# Brief
Output only the lines below that start at the line containing "#264=DIRECTION('',(0.939692621,0.,0.342020143));" and end at the line containing "#272=ORIENTED_EDGE('',*,*,#271,.T.);", with both ends kept.

# Data
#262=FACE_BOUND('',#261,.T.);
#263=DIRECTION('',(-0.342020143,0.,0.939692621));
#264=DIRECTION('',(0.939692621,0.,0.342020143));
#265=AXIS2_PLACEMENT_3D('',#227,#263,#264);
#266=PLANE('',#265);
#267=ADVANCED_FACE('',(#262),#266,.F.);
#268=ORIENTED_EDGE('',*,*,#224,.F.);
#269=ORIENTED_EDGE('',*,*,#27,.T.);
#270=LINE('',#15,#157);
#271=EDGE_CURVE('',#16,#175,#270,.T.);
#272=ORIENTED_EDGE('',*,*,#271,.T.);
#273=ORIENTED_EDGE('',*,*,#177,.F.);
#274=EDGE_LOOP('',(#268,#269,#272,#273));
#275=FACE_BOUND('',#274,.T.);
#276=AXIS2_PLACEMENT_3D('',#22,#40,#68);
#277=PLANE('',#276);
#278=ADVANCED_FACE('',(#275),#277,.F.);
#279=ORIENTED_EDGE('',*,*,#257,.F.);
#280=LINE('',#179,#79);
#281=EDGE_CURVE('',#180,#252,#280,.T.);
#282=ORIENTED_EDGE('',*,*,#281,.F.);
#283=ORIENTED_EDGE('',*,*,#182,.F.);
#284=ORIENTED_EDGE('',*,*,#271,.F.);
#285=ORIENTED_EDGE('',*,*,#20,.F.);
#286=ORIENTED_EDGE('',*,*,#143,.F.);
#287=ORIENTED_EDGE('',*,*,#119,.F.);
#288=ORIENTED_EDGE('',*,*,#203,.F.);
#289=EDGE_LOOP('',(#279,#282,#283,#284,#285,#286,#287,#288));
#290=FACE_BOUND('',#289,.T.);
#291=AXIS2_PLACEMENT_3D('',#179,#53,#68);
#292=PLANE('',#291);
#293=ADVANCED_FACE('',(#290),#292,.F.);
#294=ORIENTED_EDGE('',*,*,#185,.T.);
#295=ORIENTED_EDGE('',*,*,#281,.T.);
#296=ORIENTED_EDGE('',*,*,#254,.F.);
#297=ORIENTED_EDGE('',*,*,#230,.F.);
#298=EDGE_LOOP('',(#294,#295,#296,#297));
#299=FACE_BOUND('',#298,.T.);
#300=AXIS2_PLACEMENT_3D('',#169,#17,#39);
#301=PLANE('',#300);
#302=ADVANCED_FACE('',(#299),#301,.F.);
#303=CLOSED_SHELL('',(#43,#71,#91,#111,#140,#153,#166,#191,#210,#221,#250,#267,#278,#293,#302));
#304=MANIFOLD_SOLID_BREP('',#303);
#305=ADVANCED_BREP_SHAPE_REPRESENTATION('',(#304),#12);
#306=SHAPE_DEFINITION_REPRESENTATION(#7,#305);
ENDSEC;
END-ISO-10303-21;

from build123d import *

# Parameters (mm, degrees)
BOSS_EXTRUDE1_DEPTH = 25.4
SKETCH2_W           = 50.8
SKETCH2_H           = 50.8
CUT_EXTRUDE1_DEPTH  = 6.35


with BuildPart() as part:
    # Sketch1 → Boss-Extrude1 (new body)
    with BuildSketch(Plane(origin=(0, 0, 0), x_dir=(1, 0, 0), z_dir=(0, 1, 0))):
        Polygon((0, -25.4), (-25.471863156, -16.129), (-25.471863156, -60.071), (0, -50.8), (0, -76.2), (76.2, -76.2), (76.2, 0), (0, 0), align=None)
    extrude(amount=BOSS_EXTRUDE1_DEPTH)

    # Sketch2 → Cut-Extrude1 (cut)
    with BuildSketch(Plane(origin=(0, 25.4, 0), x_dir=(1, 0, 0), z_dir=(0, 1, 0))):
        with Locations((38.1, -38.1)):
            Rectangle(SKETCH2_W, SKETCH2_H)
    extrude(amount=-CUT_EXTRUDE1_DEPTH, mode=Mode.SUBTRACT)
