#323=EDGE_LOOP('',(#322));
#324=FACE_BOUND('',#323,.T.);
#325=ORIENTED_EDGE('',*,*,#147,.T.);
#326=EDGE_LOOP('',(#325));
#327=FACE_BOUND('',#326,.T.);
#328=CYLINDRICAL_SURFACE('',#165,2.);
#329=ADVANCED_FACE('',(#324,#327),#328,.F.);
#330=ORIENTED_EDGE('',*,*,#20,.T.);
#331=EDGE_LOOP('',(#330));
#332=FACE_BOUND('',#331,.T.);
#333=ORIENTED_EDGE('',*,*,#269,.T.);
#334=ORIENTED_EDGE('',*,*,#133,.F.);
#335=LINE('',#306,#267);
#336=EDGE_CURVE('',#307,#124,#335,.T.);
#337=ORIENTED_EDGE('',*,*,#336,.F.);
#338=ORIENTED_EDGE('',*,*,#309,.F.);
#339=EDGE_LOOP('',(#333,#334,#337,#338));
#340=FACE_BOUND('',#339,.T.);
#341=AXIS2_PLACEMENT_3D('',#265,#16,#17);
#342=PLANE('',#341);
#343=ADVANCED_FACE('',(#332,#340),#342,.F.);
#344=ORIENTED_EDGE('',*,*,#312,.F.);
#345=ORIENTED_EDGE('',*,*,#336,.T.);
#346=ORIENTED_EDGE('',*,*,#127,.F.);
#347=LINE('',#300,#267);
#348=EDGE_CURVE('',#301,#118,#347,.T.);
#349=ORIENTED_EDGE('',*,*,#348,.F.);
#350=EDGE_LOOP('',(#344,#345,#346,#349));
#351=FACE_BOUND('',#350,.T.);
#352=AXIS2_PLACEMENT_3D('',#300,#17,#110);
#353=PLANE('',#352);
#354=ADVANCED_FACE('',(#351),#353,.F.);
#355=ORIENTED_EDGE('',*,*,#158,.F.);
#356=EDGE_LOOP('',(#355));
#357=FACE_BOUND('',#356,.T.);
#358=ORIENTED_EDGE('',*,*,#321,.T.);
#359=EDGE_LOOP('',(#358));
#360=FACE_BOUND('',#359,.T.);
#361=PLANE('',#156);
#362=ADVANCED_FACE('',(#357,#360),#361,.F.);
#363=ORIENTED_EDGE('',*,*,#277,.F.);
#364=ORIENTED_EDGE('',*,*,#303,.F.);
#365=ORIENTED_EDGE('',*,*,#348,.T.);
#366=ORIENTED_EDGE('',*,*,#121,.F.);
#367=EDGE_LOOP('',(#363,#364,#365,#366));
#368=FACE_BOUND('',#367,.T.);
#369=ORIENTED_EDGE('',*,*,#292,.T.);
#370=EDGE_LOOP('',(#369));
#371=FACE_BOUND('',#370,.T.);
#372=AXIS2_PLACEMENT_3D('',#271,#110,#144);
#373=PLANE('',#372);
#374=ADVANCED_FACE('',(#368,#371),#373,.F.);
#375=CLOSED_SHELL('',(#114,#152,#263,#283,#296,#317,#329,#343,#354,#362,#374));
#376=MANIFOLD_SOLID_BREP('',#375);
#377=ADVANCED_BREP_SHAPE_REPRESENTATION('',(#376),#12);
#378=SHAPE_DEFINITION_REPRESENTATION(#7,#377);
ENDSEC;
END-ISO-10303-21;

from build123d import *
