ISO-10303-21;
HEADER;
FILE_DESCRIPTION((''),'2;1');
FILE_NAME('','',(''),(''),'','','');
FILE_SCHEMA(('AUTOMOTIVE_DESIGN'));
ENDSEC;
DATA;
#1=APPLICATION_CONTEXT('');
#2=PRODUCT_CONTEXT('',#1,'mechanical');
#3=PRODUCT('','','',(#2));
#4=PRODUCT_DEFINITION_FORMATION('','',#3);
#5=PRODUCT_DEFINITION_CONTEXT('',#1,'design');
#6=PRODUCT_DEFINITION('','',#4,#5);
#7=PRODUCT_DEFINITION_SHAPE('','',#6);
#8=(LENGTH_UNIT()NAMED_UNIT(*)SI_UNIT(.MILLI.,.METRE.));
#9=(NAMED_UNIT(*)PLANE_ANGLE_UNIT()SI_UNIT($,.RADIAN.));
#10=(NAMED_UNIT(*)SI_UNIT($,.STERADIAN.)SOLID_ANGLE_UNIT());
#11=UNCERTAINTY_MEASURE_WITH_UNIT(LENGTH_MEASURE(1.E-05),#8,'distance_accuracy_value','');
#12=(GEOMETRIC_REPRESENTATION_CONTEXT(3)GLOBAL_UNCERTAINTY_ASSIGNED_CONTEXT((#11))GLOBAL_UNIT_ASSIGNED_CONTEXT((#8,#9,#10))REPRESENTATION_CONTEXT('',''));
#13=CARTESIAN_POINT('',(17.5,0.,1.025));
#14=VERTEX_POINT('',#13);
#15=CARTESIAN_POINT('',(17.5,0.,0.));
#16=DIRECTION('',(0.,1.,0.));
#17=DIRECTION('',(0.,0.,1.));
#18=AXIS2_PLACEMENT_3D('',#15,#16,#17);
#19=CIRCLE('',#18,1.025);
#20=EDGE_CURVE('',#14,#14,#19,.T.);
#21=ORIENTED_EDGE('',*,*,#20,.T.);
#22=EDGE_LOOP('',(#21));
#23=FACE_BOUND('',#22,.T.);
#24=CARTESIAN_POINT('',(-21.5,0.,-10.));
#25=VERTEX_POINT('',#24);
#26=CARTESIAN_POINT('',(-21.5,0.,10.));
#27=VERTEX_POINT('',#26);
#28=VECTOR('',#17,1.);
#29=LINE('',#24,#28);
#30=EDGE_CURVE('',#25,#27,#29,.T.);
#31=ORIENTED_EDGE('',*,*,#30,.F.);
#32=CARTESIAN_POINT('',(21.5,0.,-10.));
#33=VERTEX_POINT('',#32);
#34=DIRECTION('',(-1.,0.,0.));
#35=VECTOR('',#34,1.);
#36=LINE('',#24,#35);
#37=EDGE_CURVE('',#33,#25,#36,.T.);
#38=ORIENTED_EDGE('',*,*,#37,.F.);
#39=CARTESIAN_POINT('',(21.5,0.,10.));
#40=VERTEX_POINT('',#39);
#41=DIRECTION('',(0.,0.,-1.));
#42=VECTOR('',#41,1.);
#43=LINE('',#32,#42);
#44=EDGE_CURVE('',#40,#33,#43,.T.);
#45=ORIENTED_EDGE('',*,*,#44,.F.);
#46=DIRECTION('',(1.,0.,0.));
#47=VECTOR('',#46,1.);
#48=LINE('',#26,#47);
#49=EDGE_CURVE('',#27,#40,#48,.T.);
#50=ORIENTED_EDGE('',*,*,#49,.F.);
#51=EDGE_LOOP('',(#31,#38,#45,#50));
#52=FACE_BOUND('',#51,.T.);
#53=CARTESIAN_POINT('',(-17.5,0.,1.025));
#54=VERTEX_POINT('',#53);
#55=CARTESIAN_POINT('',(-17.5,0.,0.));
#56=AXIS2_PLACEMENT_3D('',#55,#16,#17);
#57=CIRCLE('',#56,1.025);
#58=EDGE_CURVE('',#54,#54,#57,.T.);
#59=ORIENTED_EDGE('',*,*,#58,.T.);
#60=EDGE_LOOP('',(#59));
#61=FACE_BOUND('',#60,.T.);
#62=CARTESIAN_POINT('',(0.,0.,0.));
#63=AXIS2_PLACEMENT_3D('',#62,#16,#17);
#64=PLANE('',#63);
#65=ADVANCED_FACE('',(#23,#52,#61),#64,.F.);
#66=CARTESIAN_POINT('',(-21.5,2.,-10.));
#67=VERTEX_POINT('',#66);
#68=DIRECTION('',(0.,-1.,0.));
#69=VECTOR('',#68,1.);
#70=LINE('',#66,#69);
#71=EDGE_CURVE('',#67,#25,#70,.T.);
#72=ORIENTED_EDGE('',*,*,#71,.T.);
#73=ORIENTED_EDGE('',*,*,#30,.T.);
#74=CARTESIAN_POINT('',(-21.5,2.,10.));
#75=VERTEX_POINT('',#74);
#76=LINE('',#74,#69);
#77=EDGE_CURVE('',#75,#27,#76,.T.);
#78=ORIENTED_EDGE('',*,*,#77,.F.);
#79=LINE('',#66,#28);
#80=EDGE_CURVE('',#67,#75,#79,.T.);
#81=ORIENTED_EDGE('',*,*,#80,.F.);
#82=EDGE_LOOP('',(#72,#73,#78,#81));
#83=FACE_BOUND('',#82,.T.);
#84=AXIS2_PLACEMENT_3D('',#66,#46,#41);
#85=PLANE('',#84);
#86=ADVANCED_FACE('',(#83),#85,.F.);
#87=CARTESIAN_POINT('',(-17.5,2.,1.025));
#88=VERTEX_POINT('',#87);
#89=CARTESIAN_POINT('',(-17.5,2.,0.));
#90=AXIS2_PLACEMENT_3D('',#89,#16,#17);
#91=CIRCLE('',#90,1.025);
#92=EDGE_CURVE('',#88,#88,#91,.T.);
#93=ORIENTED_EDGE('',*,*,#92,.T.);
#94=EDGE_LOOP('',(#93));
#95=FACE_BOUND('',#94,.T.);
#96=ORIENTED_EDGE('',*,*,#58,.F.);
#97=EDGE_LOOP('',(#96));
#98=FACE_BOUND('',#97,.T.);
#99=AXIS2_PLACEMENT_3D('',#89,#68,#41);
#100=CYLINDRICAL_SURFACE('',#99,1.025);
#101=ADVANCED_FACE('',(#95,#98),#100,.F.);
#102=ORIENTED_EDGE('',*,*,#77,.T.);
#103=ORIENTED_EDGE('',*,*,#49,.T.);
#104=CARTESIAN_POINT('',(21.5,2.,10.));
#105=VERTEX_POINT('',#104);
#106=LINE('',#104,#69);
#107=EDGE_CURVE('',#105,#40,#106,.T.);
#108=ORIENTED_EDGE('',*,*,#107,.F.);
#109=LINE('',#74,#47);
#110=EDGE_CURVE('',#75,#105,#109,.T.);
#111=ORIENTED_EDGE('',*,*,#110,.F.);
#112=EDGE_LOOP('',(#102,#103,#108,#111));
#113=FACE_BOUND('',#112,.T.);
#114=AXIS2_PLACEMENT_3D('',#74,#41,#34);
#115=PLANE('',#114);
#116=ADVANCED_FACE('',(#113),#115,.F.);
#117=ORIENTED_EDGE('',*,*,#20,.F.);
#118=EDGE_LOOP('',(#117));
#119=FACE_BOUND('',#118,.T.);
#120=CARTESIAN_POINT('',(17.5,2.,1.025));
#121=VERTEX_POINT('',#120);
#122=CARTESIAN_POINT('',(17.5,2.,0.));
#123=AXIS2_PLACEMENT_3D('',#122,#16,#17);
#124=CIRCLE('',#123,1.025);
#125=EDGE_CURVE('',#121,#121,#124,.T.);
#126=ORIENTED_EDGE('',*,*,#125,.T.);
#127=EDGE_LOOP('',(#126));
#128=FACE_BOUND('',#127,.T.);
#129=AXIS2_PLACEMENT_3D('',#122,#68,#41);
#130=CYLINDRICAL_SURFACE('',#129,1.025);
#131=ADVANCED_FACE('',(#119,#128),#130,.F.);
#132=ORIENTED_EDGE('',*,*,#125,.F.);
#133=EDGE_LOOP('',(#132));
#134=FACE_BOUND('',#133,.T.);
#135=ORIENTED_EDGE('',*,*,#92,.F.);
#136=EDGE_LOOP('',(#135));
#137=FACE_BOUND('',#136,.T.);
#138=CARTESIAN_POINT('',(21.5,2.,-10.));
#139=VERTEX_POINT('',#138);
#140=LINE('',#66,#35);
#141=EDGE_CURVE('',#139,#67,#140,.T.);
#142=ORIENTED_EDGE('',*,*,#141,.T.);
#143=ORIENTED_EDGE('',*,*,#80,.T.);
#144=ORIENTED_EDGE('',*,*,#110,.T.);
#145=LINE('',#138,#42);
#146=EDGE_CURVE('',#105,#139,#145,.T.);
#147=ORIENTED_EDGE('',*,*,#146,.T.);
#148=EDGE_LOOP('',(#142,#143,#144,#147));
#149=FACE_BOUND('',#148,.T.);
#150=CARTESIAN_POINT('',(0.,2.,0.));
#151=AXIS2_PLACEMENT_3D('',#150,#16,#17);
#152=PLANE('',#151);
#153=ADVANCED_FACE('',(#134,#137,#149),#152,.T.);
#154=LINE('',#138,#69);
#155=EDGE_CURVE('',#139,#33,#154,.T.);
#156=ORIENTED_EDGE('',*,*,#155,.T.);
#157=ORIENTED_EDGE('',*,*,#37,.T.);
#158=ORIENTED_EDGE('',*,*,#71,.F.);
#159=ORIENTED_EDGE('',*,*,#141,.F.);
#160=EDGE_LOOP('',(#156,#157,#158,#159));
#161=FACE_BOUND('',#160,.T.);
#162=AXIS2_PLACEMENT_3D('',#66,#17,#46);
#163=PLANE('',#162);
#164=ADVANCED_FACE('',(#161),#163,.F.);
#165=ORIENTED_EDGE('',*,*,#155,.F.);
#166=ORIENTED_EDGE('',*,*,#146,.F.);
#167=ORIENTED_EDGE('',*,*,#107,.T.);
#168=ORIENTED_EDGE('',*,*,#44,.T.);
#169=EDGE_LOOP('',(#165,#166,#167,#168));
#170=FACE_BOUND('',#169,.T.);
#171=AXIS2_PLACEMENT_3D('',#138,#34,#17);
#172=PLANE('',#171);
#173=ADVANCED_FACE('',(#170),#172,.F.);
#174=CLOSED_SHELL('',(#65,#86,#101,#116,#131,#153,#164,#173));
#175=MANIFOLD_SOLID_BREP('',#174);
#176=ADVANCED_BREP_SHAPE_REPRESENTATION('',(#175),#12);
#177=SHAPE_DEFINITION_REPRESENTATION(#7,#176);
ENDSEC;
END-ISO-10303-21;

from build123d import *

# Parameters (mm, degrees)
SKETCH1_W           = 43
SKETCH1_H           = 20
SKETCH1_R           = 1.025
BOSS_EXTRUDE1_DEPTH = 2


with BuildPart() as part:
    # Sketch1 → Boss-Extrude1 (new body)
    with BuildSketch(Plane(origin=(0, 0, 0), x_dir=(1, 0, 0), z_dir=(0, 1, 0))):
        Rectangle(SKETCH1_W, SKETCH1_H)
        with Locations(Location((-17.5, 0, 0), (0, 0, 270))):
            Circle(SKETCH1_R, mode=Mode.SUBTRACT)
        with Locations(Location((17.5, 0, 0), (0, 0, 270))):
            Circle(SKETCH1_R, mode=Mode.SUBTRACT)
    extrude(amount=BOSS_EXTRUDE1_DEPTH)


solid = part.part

# Task output
#264=DIRECTION('',(0.939692621,0.,0.342020143));
#265=AXIS2_PLACEMENT_3D('',#227,#263,#264);
#266=PLANE('',#265);
#267=ADVANCED_FACE('',(#262),#266,.F.);
#268=ORIENTED_EDGE('',*,*,#224,.F.);
#269=ORIENTED_EDGE('',*,*,#27,.T.);
#270=LINE('',#15,#157);
#271=EDGE_CURVE('',#16,#175,#270,.T.);
#272=ORIENTED_EDGE('',*,*,#271,.T.);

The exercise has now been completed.